→ WHAT YOU WILL DO: The entries that follow include a run beginning at the line with "#75=ADVANCED_FACE('',(#67,#70),#74,.T.);" and ending at the line with "END-ISO-10303-21;"; restate that run word for word and leave the rest out.

→ THE DATA:
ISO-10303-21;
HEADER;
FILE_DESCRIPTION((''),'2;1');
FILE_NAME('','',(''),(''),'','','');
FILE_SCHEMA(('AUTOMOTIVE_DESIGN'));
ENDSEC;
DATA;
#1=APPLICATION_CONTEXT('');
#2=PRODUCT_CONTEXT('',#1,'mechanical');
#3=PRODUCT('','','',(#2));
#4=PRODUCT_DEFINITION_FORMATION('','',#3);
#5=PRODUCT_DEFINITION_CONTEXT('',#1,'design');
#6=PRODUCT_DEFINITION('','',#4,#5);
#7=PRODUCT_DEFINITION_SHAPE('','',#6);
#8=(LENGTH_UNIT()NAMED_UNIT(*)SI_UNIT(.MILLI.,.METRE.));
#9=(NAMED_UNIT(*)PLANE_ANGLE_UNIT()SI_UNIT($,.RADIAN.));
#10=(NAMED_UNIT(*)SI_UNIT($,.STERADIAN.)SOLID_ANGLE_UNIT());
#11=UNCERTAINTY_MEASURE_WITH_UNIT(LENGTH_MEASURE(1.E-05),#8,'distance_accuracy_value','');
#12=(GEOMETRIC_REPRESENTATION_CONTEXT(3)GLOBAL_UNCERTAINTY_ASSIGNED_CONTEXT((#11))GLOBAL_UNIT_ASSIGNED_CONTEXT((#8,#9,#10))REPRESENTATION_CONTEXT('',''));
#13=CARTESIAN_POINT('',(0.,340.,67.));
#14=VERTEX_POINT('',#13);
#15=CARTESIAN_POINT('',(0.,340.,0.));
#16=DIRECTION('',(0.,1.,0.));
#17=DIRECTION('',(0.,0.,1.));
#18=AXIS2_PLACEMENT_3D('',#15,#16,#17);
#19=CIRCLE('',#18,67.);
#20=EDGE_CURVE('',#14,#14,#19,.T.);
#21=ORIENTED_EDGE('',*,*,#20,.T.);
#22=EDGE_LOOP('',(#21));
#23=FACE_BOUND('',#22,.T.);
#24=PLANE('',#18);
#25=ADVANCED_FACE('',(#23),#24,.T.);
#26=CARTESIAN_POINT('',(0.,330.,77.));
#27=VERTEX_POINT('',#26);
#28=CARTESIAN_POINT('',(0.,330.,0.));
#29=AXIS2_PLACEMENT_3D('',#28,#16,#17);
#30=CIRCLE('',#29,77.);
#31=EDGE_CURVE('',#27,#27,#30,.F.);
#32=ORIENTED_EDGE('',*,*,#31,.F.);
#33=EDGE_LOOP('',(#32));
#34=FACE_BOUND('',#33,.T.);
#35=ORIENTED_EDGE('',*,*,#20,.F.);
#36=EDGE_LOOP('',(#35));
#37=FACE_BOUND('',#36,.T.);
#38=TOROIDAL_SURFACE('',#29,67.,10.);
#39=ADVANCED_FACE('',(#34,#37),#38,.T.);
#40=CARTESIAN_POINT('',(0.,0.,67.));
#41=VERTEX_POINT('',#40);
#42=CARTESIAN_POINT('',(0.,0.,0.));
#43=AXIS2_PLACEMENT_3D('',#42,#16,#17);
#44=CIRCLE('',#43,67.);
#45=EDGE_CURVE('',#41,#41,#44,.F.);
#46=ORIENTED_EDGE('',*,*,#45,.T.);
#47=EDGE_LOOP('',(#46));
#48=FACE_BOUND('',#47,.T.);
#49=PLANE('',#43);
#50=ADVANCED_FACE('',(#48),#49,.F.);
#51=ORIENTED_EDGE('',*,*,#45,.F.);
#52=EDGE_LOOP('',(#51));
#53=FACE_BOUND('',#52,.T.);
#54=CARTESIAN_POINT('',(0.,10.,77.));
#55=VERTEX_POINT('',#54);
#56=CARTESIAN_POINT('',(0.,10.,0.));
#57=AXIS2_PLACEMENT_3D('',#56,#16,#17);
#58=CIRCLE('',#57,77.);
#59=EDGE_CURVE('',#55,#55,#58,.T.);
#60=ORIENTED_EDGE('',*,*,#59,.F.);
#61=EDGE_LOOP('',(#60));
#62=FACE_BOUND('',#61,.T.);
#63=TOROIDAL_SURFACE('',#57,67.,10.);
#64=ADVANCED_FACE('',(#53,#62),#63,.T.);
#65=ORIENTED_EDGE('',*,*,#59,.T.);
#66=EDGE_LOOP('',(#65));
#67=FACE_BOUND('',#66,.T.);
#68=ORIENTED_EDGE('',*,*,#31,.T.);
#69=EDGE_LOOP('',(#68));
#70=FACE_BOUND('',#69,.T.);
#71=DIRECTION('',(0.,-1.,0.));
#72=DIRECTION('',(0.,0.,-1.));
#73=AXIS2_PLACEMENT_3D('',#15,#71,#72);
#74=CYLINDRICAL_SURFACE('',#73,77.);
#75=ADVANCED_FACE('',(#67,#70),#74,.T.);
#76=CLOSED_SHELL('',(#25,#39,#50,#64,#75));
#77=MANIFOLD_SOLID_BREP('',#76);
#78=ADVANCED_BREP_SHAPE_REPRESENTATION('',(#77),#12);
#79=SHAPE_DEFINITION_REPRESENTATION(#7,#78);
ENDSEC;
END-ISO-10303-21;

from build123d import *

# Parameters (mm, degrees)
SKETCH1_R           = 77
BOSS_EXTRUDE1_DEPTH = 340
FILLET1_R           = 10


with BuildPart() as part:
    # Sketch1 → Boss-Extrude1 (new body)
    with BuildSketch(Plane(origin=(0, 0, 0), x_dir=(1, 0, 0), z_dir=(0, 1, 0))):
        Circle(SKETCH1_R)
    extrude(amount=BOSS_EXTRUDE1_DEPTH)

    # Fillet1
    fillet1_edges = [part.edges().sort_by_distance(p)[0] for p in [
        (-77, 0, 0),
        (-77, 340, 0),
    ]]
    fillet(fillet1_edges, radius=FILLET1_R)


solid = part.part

→ ANSWER BOX:
#75=ADVANCED_FACE('',(#67,#70),#74,.T.);
#76=CLOSED_SHELL('',(#25,#39,#50,#64,#75));
#77=MANIFOLD_SOLID_BREP('',#76);
#78=ADVANCED_BREP_SHAPE_REPRESENTATION('',(#77),#12);
#79=SHAPE_DEFINITION_REPRESENTATION(#7,#78);
ENDSEC;
END-ISO-10303-21;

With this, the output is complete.